--- EXERCISE INPUT ---

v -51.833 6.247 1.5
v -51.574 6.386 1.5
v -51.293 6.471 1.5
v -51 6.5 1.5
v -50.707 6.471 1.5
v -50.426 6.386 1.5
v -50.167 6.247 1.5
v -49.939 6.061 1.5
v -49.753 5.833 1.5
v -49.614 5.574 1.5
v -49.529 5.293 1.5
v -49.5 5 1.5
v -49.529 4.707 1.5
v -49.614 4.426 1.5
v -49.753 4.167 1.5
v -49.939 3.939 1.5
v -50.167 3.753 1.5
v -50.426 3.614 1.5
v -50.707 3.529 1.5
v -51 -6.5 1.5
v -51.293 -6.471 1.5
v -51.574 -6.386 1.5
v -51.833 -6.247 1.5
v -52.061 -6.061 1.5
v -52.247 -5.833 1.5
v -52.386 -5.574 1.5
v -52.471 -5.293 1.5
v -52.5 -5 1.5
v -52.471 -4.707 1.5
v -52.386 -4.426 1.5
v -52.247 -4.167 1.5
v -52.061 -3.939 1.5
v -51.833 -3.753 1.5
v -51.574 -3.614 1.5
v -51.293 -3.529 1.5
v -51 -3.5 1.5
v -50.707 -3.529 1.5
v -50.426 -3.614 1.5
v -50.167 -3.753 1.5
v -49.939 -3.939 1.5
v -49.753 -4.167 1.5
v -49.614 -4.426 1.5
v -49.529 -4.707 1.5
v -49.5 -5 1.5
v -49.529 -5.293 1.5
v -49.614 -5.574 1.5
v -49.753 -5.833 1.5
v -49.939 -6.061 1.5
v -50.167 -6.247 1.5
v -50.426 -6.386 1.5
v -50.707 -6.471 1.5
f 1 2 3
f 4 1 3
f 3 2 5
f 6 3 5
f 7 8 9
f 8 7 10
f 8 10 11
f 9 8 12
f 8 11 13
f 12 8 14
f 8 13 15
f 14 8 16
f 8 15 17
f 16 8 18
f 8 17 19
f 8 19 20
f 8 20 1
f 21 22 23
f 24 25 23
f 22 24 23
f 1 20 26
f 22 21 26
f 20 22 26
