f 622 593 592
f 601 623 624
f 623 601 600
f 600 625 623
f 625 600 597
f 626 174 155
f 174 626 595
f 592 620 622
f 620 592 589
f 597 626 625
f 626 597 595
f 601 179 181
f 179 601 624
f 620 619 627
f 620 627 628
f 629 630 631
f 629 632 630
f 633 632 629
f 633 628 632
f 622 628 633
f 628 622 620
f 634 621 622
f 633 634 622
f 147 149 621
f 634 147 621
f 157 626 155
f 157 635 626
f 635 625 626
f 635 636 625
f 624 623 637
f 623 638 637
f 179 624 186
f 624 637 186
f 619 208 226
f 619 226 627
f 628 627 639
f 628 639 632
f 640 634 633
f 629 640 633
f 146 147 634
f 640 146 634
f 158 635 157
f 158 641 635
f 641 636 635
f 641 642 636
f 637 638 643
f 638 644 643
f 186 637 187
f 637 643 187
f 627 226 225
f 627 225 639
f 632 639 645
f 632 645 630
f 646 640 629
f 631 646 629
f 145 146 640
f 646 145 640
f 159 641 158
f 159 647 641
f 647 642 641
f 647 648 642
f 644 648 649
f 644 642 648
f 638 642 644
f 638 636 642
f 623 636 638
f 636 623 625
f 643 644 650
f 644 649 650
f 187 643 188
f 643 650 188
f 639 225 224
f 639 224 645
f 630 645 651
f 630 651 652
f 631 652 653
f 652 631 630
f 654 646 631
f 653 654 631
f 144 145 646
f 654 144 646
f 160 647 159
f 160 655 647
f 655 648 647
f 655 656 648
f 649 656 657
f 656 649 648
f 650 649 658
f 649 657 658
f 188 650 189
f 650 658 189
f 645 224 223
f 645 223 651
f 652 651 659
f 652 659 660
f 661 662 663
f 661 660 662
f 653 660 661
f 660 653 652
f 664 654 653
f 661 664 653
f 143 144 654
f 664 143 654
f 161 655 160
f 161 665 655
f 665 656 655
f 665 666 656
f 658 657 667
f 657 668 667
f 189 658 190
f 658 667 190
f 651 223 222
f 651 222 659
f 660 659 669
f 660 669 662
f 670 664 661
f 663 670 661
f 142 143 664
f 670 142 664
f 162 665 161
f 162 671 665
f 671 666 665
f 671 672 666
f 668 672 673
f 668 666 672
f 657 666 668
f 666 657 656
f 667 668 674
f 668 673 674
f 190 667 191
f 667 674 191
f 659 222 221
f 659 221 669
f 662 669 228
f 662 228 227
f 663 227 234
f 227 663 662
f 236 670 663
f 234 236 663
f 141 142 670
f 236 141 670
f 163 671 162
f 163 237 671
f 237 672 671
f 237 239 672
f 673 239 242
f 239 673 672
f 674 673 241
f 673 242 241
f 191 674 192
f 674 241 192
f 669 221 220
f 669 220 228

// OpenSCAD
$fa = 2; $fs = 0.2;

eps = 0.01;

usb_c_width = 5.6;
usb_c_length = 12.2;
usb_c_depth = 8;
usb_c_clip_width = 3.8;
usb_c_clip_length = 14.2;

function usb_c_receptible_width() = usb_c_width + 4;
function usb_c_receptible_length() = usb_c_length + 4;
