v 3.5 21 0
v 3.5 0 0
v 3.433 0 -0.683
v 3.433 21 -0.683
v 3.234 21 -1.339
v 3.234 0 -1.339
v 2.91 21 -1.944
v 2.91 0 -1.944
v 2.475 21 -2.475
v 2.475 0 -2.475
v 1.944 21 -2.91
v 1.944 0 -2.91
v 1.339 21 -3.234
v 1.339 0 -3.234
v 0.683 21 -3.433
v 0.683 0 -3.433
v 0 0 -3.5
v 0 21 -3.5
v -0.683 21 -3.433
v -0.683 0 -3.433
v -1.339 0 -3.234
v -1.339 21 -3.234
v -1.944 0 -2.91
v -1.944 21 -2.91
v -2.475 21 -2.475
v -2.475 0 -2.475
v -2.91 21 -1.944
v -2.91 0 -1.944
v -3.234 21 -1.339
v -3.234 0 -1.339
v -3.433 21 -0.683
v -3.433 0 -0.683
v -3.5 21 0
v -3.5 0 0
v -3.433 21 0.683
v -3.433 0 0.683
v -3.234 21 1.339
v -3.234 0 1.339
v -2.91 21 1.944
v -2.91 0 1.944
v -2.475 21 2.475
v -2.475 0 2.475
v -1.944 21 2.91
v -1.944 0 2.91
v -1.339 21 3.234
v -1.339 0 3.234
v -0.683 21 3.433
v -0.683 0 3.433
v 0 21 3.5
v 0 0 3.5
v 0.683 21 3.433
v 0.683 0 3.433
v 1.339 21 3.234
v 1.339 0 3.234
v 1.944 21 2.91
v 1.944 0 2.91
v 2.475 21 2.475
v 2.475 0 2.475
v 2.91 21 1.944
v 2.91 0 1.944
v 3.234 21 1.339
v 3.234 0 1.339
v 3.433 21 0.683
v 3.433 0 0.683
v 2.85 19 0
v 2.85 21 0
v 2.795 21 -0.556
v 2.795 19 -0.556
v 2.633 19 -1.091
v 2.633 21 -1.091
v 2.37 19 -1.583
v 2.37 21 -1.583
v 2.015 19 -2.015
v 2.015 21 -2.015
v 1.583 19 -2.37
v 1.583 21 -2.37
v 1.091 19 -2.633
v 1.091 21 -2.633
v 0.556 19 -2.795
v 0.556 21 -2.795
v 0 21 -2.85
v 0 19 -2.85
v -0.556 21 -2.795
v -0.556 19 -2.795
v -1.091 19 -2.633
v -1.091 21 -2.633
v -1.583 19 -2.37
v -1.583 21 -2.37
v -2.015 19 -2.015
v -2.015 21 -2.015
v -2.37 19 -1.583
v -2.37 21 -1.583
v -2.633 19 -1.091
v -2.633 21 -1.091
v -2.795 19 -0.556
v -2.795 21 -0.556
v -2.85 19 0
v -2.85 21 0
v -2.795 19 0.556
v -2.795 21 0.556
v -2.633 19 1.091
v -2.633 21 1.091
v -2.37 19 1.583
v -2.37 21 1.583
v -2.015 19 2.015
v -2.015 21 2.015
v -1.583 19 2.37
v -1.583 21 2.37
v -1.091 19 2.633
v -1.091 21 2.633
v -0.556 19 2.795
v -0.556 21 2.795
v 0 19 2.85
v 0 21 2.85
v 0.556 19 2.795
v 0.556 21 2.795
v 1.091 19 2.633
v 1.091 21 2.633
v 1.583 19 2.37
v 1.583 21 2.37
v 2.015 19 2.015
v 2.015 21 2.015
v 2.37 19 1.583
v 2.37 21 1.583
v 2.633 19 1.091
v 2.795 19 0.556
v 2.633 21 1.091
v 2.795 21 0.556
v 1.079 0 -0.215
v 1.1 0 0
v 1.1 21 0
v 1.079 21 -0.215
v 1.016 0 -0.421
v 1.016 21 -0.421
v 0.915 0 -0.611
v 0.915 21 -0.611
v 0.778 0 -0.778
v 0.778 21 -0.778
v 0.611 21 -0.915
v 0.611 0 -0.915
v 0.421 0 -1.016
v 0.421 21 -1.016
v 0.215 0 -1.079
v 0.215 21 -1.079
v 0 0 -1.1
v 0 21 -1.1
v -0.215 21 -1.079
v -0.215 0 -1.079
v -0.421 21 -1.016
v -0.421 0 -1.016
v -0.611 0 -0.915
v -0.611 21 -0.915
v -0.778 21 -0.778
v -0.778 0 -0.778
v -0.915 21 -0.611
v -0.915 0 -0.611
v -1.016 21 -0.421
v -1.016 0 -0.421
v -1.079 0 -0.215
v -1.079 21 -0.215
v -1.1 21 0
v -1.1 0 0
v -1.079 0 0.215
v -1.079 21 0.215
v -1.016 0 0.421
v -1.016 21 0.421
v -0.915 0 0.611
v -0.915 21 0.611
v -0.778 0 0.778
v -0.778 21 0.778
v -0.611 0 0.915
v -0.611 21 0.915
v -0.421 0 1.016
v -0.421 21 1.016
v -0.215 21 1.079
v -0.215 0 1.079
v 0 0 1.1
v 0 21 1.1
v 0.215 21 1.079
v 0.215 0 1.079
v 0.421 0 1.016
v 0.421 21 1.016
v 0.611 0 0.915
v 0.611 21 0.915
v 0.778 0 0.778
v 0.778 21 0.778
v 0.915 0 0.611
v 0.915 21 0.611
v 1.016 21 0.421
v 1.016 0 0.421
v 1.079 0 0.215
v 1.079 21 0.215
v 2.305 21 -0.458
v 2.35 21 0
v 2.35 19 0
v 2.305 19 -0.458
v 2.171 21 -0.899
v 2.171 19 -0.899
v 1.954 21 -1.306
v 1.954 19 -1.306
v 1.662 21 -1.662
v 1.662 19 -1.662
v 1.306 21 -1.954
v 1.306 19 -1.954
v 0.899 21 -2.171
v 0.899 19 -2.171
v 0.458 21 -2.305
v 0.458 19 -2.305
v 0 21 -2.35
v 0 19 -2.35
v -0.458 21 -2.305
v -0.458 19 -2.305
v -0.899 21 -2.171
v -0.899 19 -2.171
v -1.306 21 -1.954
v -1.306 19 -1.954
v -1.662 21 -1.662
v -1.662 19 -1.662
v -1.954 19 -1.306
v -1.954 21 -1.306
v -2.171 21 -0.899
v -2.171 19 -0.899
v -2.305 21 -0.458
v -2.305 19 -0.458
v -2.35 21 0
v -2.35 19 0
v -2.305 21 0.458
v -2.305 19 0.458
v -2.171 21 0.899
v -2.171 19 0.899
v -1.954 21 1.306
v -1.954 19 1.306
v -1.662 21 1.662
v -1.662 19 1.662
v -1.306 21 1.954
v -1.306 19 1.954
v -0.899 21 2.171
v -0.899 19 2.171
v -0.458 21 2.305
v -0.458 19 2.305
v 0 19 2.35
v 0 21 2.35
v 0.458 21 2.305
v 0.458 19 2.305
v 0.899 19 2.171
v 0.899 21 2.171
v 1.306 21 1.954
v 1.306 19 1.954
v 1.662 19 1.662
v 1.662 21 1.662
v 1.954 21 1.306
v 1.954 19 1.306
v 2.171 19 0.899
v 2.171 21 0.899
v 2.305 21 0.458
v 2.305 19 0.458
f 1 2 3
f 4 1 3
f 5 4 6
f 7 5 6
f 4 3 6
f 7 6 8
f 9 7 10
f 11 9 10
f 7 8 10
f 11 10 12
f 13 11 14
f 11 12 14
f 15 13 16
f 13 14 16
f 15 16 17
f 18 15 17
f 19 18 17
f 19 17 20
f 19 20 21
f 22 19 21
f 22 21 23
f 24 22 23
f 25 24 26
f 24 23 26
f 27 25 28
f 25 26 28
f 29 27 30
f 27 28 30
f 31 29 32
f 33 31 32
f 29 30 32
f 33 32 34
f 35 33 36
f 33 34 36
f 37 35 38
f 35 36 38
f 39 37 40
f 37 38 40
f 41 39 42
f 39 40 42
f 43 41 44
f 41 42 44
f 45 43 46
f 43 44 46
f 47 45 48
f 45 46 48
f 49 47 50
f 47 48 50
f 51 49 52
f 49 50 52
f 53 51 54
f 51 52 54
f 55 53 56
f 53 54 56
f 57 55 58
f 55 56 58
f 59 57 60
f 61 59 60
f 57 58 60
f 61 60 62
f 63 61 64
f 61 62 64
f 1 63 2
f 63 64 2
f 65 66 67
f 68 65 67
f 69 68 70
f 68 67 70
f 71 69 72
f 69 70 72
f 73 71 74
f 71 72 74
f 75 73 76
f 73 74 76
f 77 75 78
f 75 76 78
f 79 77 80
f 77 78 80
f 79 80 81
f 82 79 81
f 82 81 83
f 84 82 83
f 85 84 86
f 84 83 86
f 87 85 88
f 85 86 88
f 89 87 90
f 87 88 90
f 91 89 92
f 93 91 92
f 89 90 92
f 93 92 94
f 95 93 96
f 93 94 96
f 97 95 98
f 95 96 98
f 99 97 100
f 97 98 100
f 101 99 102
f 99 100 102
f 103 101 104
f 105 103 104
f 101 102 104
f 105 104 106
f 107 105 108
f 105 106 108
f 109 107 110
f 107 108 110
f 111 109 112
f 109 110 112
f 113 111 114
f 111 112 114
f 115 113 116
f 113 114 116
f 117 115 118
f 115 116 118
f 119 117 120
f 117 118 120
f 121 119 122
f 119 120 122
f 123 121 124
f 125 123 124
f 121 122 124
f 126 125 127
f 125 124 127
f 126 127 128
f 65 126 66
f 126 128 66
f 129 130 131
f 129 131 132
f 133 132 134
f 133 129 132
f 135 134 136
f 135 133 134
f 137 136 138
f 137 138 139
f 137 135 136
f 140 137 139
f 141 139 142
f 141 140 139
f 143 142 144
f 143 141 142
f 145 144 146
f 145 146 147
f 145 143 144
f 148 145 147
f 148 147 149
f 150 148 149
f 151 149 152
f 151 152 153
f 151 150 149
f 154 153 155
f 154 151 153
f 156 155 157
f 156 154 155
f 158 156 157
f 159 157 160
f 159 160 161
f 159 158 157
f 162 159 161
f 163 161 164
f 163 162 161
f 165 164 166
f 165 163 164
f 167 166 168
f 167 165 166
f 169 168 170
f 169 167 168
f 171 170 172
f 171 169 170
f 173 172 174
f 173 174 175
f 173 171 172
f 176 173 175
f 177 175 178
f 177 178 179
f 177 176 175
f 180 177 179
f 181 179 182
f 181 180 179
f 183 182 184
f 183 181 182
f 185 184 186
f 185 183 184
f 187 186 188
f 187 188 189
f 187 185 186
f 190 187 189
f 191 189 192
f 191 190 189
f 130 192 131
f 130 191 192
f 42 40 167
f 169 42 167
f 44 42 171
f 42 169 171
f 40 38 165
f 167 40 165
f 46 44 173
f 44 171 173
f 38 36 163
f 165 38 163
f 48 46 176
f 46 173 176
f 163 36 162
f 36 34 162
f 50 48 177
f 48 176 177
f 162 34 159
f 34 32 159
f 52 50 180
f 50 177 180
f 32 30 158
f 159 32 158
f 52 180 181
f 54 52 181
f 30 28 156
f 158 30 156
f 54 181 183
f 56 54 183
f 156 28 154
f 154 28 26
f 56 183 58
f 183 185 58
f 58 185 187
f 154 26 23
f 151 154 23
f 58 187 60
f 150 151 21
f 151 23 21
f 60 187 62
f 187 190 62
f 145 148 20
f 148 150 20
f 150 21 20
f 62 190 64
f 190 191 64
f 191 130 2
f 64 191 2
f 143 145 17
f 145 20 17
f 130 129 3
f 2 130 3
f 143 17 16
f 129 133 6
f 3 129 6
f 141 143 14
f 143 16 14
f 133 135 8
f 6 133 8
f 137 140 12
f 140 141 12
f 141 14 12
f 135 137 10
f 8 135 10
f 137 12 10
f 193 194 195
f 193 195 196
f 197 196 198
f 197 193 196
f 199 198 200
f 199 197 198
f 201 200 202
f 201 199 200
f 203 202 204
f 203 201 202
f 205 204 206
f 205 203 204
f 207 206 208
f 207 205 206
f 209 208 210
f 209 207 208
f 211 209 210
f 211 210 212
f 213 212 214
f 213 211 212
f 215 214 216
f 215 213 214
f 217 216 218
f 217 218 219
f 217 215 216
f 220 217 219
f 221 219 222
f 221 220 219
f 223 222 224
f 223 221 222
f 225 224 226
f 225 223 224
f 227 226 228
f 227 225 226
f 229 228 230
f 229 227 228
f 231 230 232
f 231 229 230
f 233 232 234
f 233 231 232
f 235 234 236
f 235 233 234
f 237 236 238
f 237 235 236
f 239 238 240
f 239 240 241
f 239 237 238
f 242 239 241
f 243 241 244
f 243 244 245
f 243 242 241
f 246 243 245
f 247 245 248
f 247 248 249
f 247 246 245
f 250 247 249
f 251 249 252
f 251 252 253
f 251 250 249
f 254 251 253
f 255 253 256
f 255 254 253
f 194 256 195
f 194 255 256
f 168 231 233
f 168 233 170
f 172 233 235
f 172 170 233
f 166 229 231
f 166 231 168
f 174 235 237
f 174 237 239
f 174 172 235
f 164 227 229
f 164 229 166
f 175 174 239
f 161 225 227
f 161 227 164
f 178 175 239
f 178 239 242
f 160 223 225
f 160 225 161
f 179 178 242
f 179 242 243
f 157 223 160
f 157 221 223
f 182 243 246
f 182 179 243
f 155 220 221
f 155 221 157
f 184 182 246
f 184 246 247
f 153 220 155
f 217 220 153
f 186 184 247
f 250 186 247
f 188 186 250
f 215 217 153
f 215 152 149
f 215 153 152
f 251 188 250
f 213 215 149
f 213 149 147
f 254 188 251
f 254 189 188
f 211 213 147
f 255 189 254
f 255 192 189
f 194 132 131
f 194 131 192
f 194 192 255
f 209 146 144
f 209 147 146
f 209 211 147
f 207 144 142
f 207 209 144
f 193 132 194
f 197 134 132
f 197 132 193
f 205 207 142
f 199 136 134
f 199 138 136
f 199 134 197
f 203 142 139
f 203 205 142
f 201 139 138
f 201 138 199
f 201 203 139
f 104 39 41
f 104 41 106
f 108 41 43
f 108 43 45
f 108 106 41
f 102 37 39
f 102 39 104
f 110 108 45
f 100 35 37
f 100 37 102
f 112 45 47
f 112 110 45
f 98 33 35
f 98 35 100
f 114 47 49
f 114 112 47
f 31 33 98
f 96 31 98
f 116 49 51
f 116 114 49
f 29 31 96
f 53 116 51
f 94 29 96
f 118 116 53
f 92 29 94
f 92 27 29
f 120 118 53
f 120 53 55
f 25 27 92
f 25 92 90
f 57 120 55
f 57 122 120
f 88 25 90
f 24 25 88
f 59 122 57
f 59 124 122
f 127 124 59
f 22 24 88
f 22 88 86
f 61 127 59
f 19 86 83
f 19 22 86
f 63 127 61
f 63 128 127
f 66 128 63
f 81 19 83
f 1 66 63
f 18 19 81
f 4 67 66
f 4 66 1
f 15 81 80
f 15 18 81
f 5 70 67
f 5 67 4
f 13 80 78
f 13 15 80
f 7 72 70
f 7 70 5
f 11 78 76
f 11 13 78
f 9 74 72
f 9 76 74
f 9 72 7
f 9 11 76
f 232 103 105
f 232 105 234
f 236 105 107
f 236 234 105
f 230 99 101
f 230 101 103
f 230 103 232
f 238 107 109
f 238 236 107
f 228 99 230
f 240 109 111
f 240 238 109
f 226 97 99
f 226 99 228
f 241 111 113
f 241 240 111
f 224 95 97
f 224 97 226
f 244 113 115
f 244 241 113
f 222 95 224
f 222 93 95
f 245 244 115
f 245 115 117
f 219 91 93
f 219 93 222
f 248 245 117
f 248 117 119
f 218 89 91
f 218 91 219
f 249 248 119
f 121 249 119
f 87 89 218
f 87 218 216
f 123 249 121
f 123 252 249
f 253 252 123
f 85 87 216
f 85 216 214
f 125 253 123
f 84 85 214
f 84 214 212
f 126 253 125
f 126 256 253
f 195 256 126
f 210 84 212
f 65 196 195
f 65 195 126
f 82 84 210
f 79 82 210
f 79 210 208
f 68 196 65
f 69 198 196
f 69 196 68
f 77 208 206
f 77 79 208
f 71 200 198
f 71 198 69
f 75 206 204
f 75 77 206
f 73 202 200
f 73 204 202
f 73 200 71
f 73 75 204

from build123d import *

# Parameters (mm, degrees)
ESQUISSE1_R             = 3.5
ESQUISSE1_R_2           = 1.1
BOSS_EXTRU_2_DEPTH      = 21
ESQUISSE2_R             = 2.85
ESQUISSE2_R_2           = 2.35
ENL_V_MAT_EXTRU_1_DEPTH = 2


with BuildPart() as part:
    # Esquisse1 → Boss.-Extru.2 (new body)
    with BuildSketch(Plane(origin=(0, 0, 0), x_dir=(1, 0, 0), z_dir=(0, 1, 0))):
        Circle(ESQUISSE1_R)
        Circle(ESQUISSE1_R_2, mode=Mode.SUBTRACT)
    extrude(amount=BOSS_EXTRU_2_DEPTH)

    # Esquisse2 → Enlèv. mat.-Extru.1 (cut)
    with BuildSketch(Plane(origin=(0, 21, 0), x_dir=(1, 0, 0), z_dir=(0, 1, 0))):
        Circle(ESQUISSE2_R)
        Circle(ESQUISSE2_R_2, mode=Mode.SUBTRACT)
    extrude(amount=-ENL_V_MAT_EXTRU_1_DEPTH, mode=Mode.SUBTRACT)


solid = part.part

---

Your job is to copy out every line from the records above that has the word "function".

§ **SOLUTION BELOW**
function usb_c_receptible_width() = usb_c_width + 4;
function usb_c_receptible_length() = usb_c_length + 4;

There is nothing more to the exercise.